SIGKILL when Running Distributed Applications

cotton_candy · March 4, 2021, 5:57am

I have been trying to the MoCo code from Facebook Research on a machine with 4 GPUs but have been consistently receiving SIGKILLs.

If I run this command (which uses the nccl backend by default),

python main_moco.py -a resnet50 --lr 0.015 --batch-size 128 --dist-url 'tcp://localhost:10001' --multiprocessing-distributed --world-size 1 --rank 0 --mlp --moco-t 0.2 --aug-plus --cos

I get a SIGKILL as follows:

File "main_moco.py", line 406, in <module>
    main()
  File "main_moco.py", line 130, in main
    mp.spawn(main_worker, nprocs=ngpus_per_node, args=(ngpus_per_node, args))
  File "my_path/lib/python3.7/site-packages/torch/multiprocessing/spawn.py", line 199, in spawn
    return start_processes(fn, args, nprocs, join, daemon, start_method='spawn')
  File "my_path/lib/python3.7/site-packages/torch/multiprocessing/spawn.py", line 157, in start_processes
    while not context.join():
  File "my_path/lib/python3.7/site-packages/torch/multiprocessing/spawn.py", line 107, in join
    (error_index, name)
Exception: process 2 terminated with signal SIGKILL

With some simple print statements, I have pinpointed this issue to the init_process_group call here.
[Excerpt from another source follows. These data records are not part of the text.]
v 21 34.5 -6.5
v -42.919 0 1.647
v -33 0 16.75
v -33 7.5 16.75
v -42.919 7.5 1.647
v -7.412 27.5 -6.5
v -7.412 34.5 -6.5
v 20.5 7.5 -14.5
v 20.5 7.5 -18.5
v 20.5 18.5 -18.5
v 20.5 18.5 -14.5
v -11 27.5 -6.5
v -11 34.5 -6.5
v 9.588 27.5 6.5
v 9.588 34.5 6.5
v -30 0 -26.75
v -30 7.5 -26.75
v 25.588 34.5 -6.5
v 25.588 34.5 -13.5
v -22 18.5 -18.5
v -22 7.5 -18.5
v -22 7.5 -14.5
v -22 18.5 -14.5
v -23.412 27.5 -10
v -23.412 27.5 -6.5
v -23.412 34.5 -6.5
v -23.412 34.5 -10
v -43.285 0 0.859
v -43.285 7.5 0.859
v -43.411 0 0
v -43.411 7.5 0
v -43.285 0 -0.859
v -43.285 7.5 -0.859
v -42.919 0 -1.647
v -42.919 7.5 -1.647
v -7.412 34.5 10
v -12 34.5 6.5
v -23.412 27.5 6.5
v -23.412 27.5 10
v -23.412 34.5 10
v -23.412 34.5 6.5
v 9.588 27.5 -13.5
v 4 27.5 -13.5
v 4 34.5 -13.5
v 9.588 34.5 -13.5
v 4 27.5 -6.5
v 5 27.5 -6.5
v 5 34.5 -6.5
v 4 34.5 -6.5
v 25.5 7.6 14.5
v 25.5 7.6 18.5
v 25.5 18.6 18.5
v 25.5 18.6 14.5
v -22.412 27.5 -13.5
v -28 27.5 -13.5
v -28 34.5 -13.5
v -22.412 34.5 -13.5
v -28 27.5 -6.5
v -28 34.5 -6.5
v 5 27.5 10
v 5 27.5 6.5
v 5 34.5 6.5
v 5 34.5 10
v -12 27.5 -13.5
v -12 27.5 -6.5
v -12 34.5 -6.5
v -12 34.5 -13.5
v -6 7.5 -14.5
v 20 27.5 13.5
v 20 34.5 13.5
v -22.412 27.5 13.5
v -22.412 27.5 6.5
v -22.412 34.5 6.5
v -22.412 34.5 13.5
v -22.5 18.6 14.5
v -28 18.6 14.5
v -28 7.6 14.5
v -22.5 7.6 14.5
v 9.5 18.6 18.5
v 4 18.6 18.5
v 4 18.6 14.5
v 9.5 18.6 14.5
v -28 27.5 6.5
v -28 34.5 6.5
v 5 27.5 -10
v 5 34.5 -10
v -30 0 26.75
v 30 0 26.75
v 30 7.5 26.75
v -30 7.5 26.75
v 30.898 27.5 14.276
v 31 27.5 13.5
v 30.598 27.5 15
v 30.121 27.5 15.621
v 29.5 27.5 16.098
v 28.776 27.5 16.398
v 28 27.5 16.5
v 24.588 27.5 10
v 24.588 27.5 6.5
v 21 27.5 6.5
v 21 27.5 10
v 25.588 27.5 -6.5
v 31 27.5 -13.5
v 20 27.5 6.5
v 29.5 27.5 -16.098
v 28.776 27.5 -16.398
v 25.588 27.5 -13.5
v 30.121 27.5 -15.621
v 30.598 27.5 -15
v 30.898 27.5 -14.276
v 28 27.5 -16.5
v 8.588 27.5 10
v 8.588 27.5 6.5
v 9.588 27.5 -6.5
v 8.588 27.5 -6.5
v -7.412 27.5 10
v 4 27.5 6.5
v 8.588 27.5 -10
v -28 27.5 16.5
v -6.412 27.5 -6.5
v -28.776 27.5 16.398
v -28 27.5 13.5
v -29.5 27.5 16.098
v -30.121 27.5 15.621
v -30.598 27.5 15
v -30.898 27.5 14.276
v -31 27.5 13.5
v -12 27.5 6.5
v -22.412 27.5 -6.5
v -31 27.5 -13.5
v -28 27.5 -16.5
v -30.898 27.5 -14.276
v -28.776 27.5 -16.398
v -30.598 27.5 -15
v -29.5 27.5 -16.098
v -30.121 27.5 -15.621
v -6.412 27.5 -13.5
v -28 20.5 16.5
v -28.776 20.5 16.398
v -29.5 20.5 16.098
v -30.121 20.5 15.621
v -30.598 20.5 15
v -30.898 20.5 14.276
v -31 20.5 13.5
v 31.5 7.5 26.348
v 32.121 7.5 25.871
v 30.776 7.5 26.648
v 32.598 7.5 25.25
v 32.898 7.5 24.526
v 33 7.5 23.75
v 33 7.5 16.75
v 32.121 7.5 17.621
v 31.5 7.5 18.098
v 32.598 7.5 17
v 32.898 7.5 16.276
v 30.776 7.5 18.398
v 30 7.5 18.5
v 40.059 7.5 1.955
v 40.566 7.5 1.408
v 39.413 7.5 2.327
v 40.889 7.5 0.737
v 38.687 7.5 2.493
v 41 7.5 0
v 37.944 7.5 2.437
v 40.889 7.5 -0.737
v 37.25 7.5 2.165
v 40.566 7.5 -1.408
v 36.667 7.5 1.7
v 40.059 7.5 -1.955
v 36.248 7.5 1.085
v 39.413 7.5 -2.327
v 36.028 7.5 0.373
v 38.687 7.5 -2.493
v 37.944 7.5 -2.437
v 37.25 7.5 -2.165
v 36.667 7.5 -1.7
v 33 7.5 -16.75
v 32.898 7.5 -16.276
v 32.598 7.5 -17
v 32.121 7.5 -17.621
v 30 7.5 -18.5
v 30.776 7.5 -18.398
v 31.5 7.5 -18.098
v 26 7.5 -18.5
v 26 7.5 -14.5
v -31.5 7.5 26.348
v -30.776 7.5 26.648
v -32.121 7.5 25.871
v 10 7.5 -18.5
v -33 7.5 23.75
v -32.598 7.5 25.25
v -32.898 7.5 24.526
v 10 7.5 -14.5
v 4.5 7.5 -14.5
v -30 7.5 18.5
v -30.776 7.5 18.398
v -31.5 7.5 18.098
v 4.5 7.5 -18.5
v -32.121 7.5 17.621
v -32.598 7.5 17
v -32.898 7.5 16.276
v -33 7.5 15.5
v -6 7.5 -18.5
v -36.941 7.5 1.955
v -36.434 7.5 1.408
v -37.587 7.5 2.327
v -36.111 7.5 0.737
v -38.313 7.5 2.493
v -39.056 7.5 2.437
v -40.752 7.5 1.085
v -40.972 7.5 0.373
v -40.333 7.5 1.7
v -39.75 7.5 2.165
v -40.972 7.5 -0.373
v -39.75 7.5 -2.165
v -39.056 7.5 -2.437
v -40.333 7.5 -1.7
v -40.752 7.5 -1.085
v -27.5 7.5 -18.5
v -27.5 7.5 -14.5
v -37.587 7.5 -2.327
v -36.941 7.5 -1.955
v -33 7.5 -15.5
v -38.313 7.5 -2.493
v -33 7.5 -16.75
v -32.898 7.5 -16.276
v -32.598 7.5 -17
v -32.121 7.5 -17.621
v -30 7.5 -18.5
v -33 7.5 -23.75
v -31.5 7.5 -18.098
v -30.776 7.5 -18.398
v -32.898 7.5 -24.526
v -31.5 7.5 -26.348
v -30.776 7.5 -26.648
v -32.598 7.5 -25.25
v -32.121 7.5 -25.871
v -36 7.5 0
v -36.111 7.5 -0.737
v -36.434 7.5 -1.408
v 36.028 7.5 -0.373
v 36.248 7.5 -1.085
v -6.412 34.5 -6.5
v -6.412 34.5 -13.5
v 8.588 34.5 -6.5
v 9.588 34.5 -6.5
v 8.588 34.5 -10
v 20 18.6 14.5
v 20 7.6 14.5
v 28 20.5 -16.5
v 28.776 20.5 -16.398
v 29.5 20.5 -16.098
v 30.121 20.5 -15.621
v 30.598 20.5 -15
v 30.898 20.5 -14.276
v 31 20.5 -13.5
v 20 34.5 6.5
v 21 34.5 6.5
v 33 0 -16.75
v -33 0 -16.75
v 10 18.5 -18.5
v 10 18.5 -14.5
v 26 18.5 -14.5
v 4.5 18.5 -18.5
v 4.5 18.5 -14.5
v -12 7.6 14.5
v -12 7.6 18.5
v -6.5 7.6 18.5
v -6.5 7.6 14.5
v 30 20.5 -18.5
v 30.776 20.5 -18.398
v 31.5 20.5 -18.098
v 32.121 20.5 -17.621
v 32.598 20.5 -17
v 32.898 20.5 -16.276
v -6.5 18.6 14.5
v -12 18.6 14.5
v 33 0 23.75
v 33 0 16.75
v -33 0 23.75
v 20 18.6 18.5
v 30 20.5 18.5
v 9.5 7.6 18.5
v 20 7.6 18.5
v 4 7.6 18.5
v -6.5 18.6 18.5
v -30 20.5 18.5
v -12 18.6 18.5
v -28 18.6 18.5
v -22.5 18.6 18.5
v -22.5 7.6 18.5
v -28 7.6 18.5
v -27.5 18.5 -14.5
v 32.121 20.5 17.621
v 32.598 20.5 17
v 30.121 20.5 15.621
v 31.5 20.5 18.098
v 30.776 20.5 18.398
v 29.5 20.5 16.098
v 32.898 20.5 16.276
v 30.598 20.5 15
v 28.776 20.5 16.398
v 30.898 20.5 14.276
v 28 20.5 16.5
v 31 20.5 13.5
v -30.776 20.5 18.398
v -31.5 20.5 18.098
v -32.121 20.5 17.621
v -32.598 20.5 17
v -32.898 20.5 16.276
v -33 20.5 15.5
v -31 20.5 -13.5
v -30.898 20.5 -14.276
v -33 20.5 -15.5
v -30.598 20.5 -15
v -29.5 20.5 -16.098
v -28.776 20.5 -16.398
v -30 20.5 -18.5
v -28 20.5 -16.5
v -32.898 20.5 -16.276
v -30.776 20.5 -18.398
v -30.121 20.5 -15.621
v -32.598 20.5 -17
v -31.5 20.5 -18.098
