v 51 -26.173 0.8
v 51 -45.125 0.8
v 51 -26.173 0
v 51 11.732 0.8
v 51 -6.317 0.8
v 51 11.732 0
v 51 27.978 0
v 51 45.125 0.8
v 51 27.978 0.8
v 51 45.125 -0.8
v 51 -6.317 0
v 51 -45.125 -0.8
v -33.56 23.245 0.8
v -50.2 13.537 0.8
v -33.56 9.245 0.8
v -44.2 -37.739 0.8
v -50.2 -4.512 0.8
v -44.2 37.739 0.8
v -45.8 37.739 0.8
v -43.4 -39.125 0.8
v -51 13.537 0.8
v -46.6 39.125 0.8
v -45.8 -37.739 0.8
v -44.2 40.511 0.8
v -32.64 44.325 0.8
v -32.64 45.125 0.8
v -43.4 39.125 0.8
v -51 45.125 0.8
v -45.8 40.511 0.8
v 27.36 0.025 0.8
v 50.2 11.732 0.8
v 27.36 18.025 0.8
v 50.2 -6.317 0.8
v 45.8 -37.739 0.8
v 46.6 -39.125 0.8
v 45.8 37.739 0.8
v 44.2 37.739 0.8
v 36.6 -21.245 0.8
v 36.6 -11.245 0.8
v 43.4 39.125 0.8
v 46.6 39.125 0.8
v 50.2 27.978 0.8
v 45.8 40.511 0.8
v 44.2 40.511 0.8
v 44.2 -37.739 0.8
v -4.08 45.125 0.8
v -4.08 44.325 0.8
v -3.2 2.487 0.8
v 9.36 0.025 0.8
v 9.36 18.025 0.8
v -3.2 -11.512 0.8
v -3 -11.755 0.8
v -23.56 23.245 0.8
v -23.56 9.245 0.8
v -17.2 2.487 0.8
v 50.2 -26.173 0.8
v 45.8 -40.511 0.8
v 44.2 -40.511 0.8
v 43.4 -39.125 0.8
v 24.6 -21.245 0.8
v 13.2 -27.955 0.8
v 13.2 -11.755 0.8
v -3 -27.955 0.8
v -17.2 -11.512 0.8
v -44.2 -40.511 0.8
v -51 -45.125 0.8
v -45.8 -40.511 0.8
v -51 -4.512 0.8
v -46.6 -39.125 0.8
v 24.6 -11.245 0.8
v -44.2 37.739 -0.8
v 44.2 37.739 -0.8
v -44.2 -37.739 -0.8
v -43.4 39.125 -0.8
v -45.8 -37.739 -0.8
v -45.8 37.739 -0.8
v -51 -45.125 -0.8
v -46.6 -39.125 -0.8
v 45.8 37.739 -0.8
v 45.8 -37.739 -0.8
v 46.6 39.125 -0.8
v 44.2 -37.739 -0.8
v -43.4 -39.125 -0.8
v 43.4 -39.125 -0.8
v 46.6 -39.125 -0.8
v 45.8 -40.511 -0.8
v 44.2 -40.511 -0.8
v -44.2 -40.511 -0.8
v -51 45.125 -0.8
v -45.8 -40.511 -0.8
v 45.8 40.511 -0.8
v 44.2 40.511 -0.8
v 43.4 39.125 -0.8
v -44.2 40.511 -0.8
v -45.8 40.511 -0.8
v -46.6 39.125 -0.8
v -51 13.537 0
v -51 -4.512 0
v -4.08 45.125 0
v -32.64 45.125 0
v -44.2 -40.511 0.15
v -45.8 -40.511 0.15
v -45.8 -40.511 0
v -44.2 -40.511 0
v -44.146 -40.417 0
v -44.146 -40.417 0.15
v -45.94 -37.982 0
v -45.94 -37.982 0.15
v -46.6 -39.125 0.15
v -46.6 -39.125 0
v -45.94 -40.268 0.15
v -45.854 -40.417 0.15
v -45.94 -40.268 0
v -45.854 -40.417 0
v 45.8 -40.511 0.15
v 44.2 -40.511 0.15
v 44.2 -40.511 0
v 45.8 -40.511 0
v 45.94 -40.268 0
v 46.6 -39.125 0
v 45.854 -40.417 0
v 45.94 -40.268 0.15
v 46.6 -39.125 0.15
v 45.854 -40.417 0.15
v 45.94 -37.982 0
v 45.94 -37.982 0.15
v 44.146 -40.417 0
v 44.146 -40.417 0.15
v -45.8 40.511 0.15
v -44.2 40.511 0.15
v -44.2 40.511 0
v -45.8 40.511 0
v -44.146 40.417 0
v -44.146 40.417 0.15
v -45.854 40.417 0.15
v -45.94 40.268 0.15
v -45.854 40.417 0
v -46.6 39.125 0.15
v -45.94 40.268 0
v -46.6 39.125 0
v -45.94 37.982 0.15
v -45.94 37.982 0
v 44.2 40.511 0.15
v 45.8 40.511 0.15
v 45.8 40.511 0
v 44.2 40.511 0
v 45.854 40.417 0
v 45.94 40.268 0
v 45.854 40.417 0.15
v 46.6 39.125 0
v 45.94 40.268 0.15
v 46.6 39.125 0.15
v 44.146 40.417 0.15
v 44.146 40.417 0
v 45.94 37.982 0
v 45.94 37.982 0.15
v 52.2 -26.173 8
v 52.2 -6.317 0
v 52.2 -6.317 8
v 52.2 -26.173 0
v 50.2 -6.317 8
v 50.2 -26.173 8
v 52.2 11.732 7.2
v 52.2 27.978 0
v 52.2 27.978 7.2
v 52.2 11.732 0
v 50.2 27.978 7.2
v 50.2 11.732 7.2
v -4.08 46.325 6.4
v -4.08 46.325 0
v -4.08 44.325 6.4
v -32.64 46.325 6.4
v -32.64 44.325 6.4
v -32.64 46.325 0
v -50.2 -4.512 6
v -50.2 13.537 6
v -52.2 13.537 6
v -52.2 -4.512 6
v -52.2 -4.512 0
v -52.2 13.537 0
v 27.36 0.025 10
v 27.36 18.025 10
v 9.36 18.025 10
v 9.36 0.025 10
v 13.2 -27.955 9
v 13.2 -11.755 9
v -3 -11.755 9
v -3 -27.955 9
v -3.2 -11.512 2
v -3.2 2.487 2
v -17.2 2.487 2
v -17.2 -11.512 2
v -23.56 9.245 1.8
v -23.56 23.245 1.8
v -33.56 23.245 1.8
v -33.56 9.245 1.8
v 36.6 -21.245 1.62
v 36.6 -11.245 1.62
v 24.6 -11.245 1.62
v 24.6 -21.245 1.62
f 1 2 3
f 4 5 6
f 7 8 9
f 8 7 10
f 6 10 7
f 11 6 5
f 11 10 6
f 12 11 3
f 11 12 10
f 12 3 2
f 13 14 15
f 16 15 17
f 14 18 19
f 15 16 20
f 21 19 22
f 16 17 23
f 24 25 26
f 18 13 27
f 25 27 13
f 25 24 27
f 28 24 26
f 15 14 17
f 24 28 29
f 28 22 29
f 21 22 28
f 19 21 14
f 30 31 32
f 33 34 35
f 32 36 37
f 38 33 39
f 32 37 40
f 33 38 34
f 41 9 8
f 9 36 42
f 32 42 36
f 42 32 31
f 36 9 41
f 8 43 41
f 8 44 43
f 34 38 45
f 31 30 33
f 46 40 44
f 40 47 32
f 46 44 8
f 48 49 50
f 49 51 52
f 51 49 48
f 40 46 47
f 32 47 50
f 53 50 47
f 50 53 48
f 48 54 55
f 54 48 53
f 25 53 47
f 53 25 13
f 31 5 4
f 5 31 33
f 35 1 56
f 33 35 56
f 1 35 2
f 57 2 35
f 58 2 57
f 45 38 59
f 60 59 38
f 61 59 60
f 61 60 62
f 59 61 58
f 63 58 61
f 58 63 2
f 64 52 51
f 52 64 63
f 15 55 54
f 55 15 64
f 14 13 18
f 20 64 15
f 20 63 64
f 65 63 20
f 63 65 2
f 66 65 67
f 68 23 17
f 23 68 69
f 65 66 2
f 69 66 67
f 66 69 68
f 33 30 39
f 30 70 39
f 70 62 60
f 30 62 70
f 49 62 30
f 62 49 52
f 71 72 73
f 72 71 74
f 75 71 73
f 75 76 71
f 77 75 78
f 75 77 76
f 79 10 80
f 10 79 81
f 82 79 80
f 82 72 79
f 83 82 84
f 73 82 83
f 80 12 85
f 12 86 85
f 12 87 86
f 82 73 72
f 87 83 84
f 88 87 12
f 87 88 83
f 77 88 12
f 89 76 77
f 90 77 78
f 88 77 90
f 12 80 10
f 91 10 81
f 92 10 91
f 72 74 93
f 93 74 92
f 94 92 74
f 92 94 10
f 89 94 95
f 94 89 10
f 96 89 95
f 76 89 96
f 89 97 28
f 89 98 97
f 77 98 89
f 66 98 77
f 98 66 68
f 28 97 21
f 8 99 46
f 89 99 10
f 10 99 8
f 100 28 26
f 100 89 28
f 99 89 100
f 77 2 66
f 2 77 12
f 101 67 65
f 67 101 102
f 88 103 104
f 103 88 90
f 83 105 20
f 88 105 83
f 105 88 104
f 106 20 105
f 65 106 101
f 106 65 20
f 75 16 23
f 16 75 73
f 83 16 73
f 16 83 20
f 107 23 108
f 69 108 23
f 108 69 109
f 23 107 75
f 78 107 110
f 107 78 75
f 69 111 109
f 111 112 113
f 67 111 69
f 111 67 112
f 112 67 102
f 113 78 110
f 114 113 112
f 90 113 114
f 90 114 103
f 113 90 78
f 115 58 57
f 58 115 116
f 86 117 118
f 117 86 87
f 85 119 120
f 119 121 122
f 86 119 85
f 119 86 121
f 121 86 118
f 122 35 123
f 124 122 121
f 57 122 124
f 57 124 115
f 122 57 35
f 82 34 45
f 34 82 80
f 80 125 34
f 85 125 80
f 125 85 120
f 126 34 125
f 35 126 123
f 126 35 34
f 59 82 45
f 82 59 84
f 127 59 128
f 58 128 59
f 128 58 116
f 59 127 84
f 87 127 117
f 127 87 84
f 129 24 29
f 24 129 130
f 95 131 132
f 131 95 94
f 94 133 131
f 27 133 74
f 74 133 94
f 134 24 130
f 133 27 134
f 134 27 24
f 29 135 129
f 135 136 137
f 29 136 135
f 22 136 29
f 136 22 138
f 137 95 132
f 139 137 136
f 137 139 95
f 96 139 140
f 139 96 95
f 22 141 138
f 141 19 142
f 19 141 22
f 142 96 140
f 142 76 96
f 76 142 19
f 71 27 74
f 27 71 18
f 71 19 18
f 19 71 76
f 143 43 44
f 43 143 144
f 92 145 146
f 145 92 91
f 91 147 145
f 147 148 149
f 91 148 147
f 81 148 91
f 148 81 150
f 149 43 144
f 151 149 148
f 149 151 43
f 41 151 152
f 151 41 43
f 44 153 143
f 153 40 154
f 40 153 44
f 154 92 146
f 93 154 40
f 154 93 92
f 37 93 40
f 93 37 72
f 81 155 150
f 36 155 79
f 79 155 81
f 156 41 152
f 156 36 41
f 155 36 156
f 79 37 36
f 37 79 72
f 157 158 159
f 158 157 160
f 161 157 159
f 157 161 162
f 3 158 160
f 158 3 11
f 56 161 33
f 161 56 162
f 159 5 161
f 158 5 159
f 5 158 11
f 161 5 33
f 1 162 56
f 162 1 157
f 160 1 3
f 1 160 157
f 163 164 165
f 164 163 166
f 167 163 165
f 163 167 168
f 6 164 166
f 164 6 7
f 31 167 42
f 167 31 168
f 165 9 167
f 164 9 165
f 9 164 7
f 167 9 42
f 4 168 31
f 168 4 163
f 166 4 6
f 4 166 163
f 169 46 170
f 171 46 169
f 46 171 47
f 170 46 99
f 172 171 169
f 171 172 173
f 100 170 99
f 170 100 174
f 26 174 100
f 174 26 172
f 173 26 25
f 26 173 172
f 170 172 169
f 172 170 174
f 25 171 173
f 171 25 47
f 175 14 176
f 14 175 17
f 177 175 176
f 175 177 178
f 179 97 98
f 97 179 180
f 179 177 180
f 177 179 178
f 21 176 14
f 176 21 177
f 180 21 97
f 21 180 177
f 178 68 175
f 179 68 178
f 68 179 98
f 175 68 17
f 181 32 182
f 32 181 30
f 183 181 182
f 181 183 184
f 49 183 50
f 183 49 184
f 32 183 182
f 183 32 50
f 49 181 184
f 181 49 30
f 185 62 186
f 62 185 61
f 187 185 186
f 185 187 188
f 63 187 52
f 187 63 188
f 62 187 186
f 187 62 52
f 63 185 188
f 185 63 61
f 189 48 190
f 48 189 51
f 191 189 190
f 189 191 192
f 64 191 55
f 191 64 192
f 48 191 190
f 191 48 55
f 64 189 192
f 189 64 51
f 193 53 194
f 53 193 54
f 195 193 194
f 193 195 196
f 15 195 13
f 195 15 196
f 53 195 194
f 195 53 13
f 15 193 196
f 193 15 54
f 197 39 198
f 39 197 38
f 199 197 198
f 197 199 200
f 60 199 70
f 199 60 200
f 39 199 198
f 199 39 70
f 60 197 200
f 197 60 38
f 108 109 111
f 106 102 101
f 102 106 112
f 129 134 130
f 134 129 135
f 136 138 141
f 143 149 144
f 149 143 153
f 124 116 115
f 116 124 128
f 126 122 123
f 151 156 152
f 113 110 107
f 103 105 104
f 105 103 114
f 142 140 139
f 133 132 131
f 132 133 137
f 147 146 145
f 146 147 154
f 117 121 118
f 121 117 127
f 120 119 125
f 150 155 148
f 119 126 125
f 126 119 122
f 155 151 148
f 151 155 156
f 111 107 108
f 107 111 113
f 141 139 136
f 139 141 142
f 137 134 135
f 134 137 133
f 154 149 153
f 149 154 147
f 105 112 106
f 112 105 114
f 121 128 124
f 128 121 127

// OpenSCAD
// Parameters
pcb_L = 102.0; //[51.0:204.0:0.25]
pcb_W = 90.25; //[45.0:180.5:0.25]
pcb_T = 1.6; //[0.8:3.2:0.1]
overlap = 0.8; //[0.5:2.0:0.1]
mount_hole_d = 3.2; //[2.0:6.0:0.1]
mount_edge_x = 6.0; //[3.0:15.0:0.5]
mount_edge_y = 6.0; //[3.0:15.0:0.5]
conn_T = 8.0; //[4.0:16.0:0.5]
conn_depth = 12.0; //[6.0:24.0:0.5]
conn_wall = 2.0; //[1.0:4.0:0.25]
heatsink_L = 18.0; //[9.0:36.0:0.5]
heatsink_W = 18.0; //[9.0:36.0:0.5]
heatsink_H = 10.0; //[5.0:20.0:0.5]
ic1_L = 14.0; //[7.0:28.0:0.5]
ic1_W = 14.0; //[7.0:28.0:0.5]
ic1_H = 2.0; //[1.0:5.0:0.1]
ic2_L = 10.0; //[5.0:20.0:0.5]
ic2_W = 10.0; //[5.0:20.0:0.5]
ic2_H = 1.8; //[0.9:4.0:0.1]
silk_T = 0.15; //[0.05:0.4:0.05]
silk_margin = 2.0; //[1.0:6.0:0.5]

// Mainboard PCB with mounting holes
module pcb_with_holes() {
  difference() {
    color([0.0, 0.4, 0.2]) // PCB color
    cube([pcb_L, pcb_W, pcb_T], center=true);
    translate([-pcb_L/2 + mount_edge_x, -pcb_W/2 + mount_edge_y, 0])
      cylinder(h=pcb_T + 2*overlap, r=mount_hole_d/2, center=true);
    translate([pcb_L/2 - mount_edge_x, -pcb_W/2 + mount_edge_y, 0])
      cylinder(h=pcb_T + 2*overlap, r=mount_hole_d/2, center=true);
    translate([-pcb_L/2 + mount_edge_x, pcb_W/2 - mount_edge_y, 0])
      cylinder(h=pcb_T + 2*overlap, r=mount_hole_d/2, center=true);
    translate([pcb_L/2 - mount_edge_x, pcb_W/2 - mount_edge_y, 0])
      cylinder(h=pcb_T + 2*overlap, r=mount_hole_d/2, center=true);
  }
}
I also tried to run the code with the gloo backend. Now the init_process_group call succeeds, but my code fails with a SIGKILL just a little while later in the call to model.cuda().

To narrow in on the issue a little more, I tried running the example code in the Setup section of the PyTorch distributed applications tutorial. This code runs perfectly with a gloo backend, but when I replace it with an nccl backend, the code either hangs on the call to init_process_group or crashes with the following stack trace:

File "multi_proc_test.py", line 17, in init_process
    dist.init_process_group(backend, rank=rank, world_size=size)
  File "my_path/lib/python3.7/site-packages/torch/distributed/distributed_c10d.py", line 455, in init_process_group
    barrier()
  File "my_path/python3.7/site-packages/torch/distributed/distributed_c10d.py", line 1960, in barrier
    work = _default_pg.barrier()
RuntimeError: Broken pipe

If it helps, I have confirmed that torch.distributed.is_nccl_available() returns true.

Any ideas why the code is failing in these places when I use the gloo/nccl backends?

Thank you in advance for your help!

ptrblck · March 5, 2021, 6:04am

The broken pipe error could be raised if one process died unexpectedly.
You could rerun the minimal example with NCCL_DEBUG=INFO and check, if NCCL detects any errors.